The Marshall Plan was a program of assistance to Europe after the Second World War. Nominated in 1947 by the American Secretary of State George C. Marshall and came into effect in April 1948. In the implementation of the plan involved 17 European countries, including West Germany. The Marshall Plan helped to establish the post-war peace in Western Europe. The aim was to restore the U.S. military destroyed the European economy, the elimination of trade barriers, the modernization of European industry and the development of Europe as a whole.
The Marshall Plan was launched on 4 April 1948, when the U.S. Congress passed a law "On economic cooperation", which included a 4-year program of economic aid to Europe.
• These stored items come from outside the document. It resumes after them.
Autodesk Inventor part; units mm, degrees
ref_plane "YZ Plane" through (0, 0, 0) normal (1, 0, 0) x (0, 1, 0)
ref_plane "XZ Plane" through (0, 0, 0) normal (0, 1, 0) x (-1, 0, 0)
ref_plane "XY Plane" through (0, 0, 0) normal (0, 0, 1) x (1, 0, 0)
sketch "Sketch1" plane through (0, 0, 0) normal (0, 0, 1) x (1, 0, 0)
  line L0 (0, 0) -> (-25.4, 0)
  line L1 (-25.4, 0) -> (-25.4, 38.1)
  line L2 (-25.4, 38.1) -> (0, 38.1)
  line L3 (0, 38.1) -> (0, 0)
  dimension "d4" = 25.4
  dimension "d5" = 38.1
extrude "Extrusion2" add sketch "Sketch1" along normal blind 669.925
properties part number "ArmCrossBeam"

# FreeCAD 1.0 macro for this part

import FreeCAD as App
import Part
import Sketcher

V = App.Vector
Q = App.Units.Quantity

doc = App.newDocument("Part")
params = doc.addObject("Spreadsheet::Sheet", "Params")
for row, (alias, value) in enumerate([
    ("sketch1_width", "1 in"),
    ("sketch1_height", "1.5 in"),
    ("pad1_length", "26.375 in"),
], start=1):
    params.set(f"A{row}", alias)
    params.set(f"B{row}", "=" + value)
    params.setAlias(f"B{row}", alias)

body = doc.addObject("PartDesign::Body", "Body")

sketch1 = doc.addObject("Sketcher::SketchObject", "Sketch")
body.addObject(sketch1)
sketch1.AttachmentSupport = (doc.XY_Plane, [""])
sketch1.MapMode = "FlatFace"
sketch1.addGeometry([
    Part.LineSegment(V(-25.4, 0, 0), V(0, 0, 0)),
    Part.LineSegment(V(0, 0, 0), V(0, 38.1, 0)),
    Part.LineSegment(V(0, 38.1, 0), V(-25.4, 38.1, 0)),
    Part.LineSegment(V(-25.4, 38.1, 0), V(-25.4, 0, 0)),
], False)
sketch1.addConstraint([
    Sketcher.Constraint("Coincident", 0, 2, 1, 1),
    Sketcher.Constraint("Coincident", 1, 2, 2, 1),
    Sketcher.Constraint("Coincident", 2, 2, 3, 1),
    Sketcher.Constraint("Coincident", 3, 2, 0, 1),
    Sketcher.Constraint("Horizontal", 0),
    Sketcher.Constraint("Vertical", 1),
    Sketcher.Constraint("Horizontal", 2),
    Sketcher.Constraint("Vertical", 3),
    Sketcher.Constraint("Coincident", 0, 2, -1, 1),
    Sketcher.Constraint("DistanceX", 0, 1, 0, 2, Q("1 in")),
    Sketcher.Constraint("DistanceY", 1, 1, 1, 2, Q("1.5 in")),
])
sketch1.setExpression("Constraints[9]", "Params.sketch1_width")
sketch1.setExpression("Constraints[10]", "Params.sketch1_height")
pad1 = doc.addObject("PartDesign::Pad", "Pad")
body.addObject(pad1)
pad1.Profile = sketch1
pad1.setExpression("Length", "Params.pad1_length")

doc.recompute()
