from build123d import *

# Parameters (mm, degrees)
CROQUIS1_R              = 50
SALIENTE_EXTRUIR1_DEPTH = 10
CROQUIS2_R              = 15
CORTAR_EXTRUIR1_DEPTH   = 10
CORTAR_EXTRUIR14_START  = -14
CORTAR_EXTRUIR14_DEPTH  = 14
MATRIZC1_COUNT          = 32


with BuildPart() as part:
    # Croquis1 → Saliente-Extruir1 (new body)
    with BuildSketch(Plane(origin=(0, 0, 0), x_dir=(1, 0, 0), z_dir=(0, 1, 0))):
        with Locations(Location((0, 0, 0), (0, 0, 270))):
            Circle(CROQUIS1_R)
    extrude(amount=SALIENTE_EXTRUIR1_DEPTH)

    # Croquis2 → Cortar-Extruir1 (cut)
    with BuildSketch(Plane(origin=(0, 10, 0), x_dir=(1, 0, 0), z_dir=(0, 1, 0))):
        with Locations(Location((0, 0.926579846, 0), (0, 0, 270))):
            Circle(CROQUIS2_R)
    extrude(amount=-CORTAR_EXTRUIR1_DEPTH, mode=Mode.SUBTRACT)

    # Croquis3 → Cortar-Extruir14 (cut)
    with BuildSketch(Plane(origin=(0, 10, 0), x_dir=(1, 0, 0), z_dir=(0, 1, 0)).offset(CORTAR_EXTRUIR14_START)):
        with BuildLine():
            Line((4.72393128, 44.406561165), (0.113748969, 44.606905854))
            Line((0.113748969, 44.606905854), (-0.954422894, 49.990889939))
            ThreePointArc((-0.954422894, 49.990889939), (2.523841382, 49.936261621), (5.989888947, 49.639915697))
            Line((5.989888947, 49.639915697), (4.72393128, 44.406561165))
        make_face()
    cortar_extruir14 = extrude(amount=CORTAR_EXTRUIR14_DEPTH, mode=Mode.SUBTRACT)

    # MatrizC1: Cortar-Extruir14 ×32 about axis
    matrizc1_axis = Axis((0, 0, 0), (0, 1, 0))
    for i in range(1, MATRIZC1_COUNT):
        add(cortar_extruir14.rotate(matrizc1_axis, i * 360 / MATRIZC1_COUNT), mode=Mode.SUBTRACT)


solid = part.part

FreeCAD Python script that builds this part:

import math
import FreeCAD as App
import Part
import Sketcher
Q = App.Units.Quantity

doc = App.newDocument("Part")
params = doc.addObject("Spreadsheet::Sheet", "Params")
for row, (alias, value) in enumerate([
    ("sketch1_diameter", "100 mm"),
    ("pad1_length", "10 mm"),
    ("sketch2_diameter", "30 mm"),
    ("pocket1_length", "10 mm"),
    ("sketch3_radius", "50 mm"),
    ("pocket2_length", "14 mm"),
], start=1):
    params.set(f"A{row}", alias)
    params.set(f"B{row}", "=" + value)
    params.setAlias(f"B{row}", alias)

body = doc.addObject("PartDesign::Body", "Body")

# Sketch on XZ plane
sketch1 = body.newObject("Sketcher::SketchObject", "Sketch")
sketch1.AttachmentSupport = (doc.getObject("XZ_Plane"), [""])
sketch1.MapMode = "FlatFace"
sketch1.addGeometry(Part.Circle(App.Vector(0, 0, 0), App.Vector(0, 0, 1), 50), False)
sketch1.addConstraint([
    Sketcher.Constraint("Coincident", 0, 3, -1, 1),
    Sketcher.Constraint("Diameter", 0, Q("100 mm")),
])
sketch1.setExpression("Constraints[1]", "Params.sketch1_diameter")
pad1 = body.newObject("PartDesign::Pad", "Pad")
pad1.Profile = sketch1
pad1.setExpression("Length", "Params.pad1_length")
pad1.Reversed = True

# Sketch on XZ plane
sketch2 = body.newObject("Sketcher::SketchObject", "Sketch001")
sketch2.AttachmentSupport = (doc.getObject("XZ_Plane"), [""])
sketch2.MapMode = "FlatFace"
sketch2.AttachmentOffset = App.Placement(App.Vector(0, 0, -10), App.Rotation())
sketch2.addGeometry(Part.Circle(App.Vector(0, -1, 0), App.Vector(0, 0, 1), 15), False)
sketch2.addConstraint([
    Sketcher.Constraint("PointOnObject", 0, 3, -2),
    Sketcher.Constraint("Diameter", 0, Q("30 mm")),
    Sketcher.Constraint("DistanceY", 0, 3, -1, 1, Q("0.92658 mm")),
])
sketch2.setExpression("Constraints[1]", "Params.sketch2_diameter")
pocket1 = body.newObject("PartDesign::Pocket", "Pocket")
pocket1.Profile = sketch2
pocket1.setExpression("Length", "Params.pocket1_length")
pocket1.Reversed = True

# Sketch on XZ plane
sketch3 = body.newObject("Sketcher::SketchObject", "Sketch002")
sketch3.AttachmentSupport = (doc.getObject("XZ_Plane"), [""])
sketch3.MapMode = "FlatFace"
sketch3.AttachmentOffset = App.Placement(App.Vector(0, 0, 4), App.Rotation())
sketch3.addGeometry([
    Part.LineSegment(App.Vector(0.1, -44.6, 0), App.Vector(4.7, -44.4, 0)),
    Part.LineSegment(App.Vector(4.7, -44.4, 0), App.Vector(6, -49.6, 0)),
    Part.ArcOfCircle(Part.Circle(App.Vector(0, 0, 0), App.Vector(0, 0, 1), 50), math.radians(-91.09), math.radians(-83.12)),
    Part.LineSegment(App.Vector(-1, -50, 0), App.Vector(0.1, -44.6, 0)),
], False)
sketch3.addConstraint([
    Sketcher.Constraint("Coincident", 0, 2, 1, 1),
    Sketcher.Constraint("Coincident", 1, 2, 2, 2),
    Sketcher.Constraint("Coincident", 2, 1, 3, 1),
    Sketcher.Constraint("Coincident", 3, 2, 0, 1),
    Sketcher.Constraint("Coincident", 2, 3, -1, 1),
    Sketcher.Constraint("Radius", 2, Q("50 mm")),
    Sketcher.Constraint("DistanceX", -1, 1, 0, 2, Q("4.723931 mm")),
    Sketcher.Constraint("DistanceY", 0, 2, -1, 1, Q("44.406561 mm")),
    Sketcher.Constraint("DistanceX", -1, 1, 1, 2, Q("5.989889 mm")),
    Sketcher.Constraint("DistanceY", 2, 1, -1, 1, Q("49.99089 mm")),
    Sketcher.Constraint("DistanceX", -1, 1, 3, 2, Q("0.113749 mm")),
    Sketcher.Constraint("DistanceY", 1, 2, 3, 2, Q("5.03301 mm")),
])
sketch3.setExpression("Constraints[5]", "Params.sketch3_radius")
pocket2 = body.newObject("PartDesign::Pocket", "Pocket001")
pocket2.Profile = sketch3
pocket2.setExpression("Length", "Params.pocket2_length")
doc.recompute()

polarpattern = body.newObject("PartDesign::PolarPattern", "PolarPattern")
polarpattern.Originals = [pocket2]
polarpattern.Axis = (doc.getObject("Y_Axis"), [""])
polarpattern.Angle = 360
polarpattern.Occurrences = 32
body.Tip = polarpattern

doc.recompute()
Total allocations under the Marshall Plan (from 4 April 1948 to December 1951) amounted to about $ 13 billion, with the main share fell to England (2.8 billion), France (2.5 billion), Italy (1.3 billion), West Germany (1.3 billion), the Netherlands (1 billion). At the same time, Americans, as a precondition for the provision of assistance, demanded removal of Communists from the governments of the signatories. By 1948, in any Western European Communist government was not.
Later Marshall Plan has also been applied to Japan and some other countries of East Asia.
The Marshall Plan is one of the most successful economic programs in history, as were achieved almost all his goals:
- Industry, which, as previously thought, hopelessly outdated and lost efficiency, have been restructured in a short time and without changing national economic policies. As a result, the European economy has recovered from the effects of war more quickly than could have been expected.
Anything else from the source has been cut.